Investigation of improved dielectric and thermal properties of ternary nanocomposite PMMA/MXene/ZnO fabricated by in-situ bulk polymerization

Electric power system applications demand for high-temperature dielectric materials. The improved performance of polymer nanocomposites requires improvement in their thermal conductivity & stability, dielectric stability and processing technique. However, they often lose their dielectric properties with a rise in temperature. Here, we offer a solution by incorporating electrically conducting material (MXene) and semiconducting inorganic nanoparticles (ZnO NPs) into an insulating PMMA polymer matrix to maintain high dielectric constant, both at the room and high temperature.
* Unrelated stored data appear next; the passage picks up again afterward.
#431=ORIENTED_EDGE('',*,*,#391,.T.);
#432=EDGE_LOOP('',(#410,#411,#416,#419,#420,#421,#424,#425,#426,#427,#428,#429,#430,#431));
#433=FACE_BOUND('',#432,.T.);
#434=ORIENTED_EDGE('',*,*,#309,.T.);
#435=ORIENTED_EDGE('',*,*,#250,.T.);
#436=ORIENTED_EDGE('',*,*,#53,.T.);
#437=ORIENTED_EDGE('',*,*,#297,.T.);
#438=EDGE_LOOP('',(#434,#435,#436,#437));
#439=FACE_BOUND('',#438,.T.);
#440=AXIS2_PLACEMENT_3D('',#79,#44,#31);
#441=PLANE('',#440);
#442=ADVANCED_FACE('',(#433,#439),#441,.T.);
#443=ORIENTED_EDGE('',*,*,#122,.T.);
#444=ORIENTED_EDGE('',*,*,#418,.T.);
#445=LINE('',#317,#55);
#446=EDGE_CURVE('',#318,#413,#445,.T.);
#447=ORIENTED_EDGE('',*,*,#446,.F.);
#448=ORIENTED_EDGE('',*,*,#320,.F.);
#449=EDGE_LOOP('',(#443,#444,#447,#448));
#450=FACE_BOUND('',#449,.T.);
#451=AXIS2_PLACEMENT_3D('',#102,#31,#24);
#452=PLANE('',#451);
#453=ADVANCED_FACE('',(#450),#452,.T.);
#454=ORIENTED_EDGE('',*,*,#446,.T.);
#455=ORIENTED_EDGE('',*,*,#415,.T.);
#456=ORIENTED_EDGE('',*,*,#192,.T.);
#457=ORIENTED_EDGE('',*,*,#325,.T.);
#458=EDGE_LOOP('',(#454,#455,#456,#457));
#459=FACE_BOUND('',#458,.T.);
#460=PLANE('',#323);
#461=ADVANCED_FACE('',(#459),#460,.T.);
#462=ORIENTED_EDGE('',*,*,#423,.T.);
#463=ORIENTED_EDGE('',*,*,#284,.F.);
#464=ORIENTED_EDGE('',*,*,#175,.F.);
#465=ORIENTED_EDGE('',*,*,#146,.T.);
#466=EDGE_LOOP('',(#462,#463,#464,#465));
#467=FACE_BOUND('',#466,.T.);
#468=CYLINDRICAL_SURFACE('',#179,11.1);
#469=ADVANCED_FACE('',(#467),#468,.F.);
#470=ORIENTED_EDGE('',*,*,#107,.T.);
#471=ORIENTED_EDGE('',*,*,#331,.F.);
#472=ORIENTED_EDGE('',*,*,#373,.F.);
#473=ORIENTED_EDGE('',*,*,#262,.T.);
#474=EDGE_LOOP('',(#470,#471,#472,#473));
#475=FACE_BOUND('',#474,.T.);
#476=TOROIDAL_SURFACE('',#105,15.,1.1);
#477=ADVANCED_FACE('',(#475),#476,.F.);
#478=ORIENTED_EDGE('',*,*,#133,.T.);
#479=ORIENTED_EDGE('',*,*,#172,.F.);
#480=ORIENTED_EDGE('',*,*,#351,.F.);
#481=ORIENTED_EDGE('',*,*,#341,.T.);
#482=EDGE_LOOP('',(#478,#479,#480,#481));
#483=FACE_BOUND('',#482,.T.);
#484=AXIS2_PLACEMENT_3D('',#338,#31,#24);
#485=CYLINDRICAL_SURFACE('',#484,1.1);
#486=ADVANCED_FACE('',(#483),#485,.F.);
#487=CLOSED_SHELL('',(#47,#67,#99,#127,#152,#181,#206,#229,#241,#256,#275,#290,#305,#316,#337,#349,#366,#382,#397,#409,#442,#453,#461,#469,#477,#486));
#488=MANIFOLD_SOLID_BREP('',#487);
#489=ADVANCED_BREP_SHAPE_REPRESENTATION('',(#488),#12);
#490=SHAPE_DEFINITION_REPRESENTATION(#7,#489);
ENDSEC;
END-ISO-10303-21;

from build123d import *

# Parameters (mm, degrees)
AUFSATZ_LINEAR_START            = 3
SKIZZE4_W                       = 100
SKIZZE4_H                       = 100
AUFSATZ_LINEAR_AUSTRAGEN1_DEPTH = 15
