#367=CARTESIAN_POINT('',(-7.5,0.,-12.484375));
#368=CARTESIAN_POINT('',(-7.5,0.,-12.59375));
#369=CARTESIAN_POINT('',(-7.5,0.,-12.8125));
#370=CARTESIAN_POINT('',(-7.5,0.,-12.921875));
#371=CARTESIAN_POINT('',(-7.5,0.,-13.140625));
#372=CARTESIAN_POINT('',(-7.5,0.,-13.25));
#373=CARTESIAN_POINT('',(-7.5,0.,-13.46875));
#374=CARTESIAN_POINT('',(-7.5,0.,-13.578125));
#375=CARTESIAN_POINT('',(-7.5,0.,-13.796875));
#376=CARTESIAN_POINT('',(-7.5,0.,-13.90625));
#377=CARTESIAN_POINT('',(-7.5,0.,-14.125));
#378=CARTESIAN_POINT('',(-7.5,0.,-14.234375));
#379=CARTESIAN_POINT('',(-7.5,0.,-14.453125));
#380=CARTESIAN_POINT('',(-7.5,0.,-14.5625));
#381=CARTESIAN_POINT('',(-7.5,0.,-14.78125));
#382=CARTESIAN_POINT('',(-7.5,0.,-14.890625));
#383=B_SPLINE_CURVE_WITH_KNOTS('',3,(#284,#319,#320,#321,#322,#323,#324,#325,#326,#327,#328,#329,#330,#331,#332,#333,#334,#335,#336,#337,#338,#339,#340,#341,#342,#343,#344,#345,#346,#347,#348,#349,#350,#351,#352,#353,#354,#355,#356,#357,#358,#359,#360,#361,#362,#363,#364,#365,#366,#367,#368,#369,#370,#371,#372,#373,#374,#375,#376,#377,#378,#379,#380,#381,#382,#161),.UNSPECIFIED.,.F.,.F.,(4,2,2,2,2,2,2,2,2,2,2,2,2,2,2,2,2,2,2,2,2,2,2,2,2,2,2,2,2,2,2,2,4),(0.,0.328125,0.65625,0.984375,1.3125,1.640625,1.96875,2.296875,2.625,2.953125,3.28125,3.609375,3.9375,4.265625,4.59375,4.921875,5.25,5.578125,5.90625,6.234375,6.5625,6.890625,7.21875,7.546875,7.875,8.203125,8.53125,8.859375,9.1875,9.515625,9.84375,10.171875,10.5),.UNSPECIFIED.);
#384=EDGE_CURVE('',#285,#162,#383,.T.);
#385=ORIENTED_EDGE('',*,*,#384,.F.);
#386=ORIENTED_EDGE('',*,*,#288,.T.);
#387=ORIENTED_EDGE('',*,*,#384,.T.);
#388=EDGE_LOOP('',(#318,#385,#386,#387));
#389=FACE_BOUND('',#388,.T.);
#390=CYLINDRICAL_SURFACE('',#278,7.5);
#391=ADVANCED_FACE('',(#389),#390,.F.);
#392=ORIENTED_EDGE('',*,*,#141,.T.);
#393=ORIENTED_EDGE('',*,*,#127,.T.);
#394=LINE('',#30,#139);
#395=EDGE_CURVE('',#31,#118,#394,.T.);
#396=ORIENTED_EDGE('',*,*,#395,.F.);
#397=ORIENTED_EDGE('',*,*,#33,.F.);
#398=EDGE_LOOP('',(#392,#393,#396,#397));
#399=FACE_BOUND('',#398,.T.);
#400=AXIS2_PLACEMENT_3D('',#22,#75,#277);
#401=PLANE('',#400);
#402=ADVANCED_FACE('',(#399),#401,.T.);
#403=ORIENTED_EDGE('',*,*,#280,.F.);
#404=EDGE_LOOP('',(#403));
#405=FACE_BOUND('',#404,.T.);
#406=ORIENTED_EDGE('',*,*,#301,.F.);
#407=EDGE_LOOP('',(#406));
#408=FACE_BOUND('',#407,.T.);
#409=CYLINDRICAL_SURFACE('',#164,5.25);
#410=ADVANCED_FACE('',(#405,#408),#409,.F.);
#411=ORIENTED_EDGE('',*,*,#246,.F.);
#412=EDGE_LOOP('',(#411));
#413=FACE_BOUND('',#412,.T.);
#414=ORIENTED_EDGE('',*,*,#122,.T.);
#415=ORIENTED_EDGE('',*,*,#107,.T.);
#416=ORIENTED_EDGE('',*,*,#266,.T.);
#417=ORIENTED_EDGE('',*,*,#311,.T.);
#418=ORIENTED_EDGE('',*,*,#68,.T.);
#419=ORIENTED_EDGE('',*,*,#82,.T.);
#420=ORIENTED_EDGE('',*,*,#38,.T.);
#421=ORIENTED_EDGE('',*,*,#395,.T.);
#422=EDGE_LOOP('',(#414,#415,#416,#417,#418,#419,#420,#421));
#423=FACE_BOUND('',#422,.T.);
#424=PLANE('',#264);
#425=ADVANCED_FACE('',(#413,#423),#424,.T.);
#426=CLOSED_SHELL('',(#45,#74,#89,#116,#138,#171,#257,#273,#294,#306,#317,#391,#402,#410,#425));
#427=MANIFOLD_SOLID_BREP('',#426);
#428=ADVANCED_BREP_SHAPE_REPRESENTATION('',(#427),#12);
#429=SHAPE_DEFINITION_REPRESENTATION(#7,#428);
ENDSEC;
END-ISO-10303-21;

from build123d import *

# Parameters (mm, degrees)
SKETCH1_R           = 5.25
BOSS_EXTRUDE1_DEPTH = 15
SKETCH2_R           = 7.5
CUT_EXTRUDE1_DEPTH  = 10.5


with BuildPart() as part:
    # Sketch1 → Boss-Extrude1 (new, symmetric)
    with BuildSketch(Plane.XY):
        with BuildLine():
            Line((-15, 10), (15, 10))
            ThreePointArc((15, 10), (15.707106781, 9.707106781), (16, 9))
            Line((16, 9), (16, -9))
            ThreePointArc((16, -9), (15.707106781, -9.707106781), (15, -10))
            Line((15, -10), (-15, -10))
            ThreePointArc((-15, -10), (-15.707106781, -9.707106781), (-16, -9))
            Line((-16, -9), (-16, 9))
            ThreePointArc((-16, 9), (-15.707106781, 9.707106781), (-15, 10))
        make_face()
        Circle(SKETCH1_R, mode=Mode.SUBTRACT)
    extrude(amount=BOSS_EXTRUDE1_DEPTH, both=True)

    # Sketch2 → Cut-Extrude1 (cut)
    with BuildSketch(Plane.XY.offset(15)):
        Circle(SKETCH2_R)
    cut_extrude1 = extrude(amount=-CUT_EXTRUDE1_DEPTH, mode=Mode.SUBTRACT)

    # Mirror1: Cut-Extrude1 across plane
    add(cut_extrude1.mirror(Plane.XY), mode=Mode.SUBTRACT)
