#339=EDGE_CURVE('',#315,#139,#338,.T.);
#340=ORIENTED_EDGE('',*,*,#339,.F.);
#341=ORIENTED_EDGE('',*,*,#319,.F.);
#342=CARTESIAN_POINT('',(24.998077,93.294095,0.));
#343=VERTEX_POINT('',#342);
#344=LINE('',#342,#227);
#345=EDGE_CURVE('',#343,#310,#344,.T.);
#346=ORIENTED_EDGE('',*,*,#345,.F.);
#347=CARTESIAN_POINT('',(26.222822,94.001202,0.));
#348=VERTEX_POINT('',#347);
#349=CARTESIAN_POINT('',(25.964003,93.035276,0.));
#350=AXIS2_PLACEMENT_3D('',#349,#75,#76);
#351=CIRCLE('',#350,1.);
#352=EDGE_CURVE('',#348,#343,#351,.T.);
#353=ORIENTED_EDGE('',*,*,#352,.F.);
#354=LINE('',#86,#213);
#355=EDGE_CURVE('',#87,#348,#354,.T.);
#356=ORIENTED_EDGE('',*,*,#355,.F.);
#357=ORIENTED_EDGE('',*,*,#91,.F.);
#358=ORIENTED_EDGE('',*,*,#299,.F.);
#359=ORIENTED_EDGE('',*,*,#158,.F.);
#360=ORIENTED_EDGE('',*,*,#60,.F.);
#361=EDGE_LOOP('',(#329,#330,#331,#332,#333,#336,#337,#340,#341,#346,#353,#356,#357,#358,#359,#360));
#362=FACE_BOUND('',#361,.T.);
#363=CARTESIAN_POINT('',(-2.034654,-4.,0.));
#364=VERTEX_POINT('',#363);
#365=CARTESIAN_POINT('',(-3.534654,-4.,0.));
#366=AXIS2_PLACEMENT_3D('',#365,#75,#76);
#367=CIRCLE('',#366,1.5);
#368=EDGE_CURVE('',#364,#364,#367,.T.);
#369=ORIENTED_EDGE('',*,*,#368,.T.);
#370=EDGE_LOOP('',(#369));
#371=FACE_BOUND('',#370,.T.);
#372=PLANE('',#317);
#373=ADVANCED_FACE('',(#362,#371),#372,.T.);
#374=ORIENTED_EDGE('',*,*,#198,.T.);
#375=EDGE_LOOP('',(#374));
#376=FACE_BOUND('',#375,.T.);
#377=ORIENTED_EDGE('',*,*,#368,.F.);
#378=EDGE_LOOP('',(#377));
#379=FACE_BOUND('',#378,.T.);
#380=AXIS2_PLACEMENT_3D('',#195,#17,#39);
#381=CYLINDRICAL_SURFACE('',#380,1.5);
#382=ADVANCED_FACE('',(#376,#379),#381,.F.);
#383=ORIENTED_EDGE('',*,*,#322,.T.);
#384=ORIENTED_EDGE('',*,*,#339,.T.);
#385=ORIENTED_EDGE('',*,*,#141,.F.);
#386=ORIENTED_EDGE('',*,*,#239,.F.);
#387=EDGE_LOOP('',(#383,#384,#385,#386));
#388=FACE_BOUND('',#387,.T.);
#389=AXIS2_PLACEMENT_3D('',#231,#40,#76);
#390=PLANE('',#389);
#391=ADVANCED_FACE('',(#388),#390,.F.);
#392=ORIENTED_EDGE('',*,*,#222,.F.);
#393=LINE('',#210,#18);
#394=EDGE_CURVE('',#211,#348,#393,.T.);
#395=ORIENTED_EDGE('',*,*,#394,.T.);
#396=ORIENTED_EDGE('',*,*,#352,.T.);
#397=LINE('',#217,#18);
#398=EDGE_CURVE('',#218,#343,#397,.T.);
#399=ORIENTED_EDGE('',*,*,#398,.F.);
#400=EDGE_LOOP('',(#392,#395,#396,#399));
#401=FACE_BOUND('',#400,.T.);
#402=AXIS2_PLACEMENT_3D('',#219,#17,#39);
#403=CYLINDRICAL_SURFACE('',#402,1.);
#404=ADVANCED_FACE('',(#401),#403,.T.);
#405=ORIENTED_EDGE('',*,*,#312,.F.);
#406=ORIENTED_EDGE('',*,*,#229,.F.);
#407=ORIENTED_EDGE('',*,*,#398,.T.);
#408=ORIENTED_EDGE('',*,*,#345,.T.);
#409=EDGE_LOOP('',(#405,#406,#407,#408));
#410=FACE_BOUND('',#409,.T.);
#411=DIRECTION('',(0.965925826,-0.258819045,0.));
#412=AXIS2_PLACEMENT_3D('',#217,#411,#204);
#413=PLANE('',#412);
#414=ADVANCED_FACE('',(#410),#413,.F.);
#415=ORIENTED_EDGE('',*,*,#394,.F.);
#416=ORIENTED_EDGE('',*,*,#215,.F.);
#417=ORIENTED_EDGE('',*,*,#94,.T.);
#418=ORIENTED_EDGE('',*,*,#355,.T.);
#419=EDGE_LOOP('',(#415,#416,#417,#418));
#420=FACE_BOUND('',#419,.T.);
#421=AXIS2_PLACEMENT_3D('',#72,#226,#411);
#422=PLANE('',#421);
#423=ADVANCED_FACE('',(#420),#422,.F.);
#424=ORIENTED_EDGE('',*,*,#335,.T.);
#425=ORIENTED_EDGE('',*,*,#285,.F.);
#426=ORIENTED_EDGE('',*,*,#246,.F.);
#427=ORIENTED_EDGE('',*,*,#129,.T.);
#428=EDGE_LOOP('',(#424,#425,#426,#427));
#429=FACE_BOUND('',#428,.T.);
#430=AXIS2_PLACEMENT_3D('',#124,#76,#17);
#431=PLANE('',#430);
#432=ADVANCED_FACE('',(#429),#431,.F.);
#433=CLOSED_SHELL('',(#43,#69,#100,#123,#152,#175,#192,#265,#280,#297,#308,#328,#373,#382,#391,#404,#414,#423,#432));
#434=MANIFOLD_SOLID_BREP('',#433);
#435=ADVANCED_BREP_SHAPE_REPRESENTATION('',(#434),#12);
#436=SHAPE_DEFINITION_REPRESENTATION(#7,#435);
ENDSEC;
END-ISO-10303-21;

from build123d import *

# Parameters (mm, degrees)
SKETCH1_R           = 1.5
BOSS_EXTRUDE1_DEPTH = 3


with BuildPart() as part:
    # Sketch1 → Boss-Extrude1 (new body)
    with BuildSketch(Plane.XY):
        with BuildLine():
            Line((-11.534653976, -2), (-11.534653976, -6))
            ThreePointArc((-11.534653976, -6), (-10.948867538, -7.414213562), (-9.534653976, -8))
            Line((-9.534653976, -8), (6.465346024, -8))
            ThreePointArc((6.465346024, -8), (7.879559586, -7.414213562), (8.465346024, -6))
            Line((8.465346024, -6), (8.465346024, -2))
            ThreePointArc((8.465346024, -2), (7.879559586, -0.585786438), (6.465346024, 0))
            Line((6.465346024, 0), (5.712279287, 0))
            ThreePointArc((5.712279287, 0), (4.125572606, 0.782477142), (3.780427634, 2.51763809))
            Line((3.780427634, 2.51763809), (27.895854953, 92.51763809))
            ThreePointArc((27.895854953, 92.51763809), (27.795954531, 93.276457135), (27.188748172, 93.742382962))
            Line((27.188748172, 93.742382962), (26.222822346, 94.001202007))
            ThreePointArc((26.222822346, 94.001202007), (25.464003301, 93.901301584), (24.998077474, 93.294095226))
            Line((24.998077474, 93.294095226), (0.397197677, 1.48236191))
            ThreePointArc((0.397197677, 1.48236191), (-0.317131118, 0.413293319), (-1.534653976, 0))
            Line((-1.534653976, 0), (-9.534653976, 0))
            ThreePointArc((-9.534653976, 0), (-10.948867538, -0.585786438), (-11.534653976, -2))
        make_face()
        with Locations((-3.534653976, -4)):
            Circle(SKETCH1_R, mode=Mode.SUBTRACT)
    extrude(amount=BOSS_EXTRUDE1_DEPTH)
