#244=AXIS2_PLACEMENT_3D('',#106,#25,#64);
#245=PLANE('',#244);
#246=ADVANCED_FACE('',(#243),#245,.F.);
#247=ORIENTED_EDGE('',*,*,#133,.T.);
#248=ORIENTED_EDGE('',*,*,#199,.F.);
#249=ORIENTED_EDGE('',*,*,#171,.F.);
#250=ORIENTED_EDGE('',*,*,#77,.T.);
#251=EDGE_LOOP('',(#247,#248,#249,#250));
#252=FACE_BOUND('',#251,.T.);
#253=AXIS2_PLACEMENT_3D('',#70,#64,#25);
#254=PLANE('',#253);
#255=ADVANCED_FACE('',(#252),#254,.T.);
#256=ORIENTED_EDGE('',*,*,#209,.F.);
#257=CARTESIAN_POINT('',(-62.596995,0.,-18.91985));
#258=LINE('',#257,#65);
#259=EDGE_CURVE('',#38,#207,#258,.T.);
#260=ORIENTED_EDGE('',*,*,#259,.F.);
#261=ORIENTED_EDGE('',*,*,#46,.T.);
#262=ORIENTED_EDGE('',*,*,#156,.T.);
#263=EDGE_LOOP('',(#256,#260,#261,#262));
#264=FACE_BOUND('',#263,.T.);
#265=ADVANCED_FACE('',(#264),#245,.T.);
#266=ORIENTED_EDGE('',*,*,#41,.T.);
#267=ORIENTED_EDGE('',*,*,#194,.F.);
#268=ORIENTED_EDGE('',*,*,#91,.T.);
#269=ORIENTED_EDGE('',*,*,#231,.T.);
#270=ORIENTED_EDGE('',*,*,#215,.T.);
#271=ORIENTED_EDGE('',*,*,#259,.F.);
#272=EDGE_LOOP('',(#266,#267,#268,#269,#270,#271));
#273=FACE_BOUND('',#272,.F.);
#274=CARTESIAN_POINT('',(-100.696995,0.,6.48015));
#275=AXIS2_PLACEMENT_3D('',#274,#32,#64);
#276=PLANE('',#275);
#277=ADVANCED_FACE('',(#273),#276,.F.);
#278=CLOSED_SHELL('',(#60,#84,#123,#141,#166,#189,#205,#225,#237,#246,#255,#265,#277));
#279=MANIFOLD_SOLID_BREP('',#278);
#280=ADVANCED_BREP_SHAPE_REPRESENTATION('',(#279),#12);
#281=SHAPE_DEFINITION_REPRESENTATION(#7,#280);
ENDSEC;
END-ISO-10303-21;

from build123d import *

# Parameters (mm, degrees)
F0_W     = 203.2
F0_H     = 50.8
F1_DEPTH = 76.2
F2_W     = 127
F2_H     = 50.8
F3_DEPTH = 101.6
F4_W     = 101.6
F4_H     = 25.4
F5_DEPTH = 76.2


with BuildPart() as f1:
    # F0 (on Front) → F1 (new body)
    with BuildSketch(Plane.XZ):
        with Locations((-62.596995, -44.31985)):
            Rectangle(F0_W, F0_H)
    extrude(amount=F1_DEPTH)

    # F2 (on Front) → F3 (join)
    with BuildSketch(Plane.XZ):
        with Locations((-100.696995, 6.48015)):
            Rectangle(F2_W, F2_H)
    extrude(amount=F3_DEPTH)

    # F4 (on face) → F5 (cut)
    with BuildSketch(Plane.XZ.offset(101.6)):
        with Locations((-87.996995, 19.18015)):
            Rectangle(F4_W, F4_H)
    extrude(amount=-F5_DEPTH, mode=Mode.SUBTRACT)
Therefore, to achieve desirable thermal and dielectric properties is the main objective of the present study based on the homogeneous distribution of the nanofillers by in-situ bulk polymerization assisted by strong sonication in the corresponding polymer. The introduction of MXene and ZnO NPs into the PMMA not only acquires a substantial increment in the dielectric constant, to attain a value 437, with minimum energy loss of 0.36 at 25 Hz, but also improves the thermal conductivity of PMMA up to 14 times by causing the reduction of thermal resistance, which is actually responsible for the poor thermal conductivity of amorphous pure PMMA polymer. More importantly, hybrid PMMA/4:2 wt% MXene:ZnO nanocomposite leads to an excellent thermal stability. Moreover, further characterization of the synthesized nanocomposites by FTIR, SEM and XRD leads to the evaluation of strong interaction of ternary components with PMMA matrix.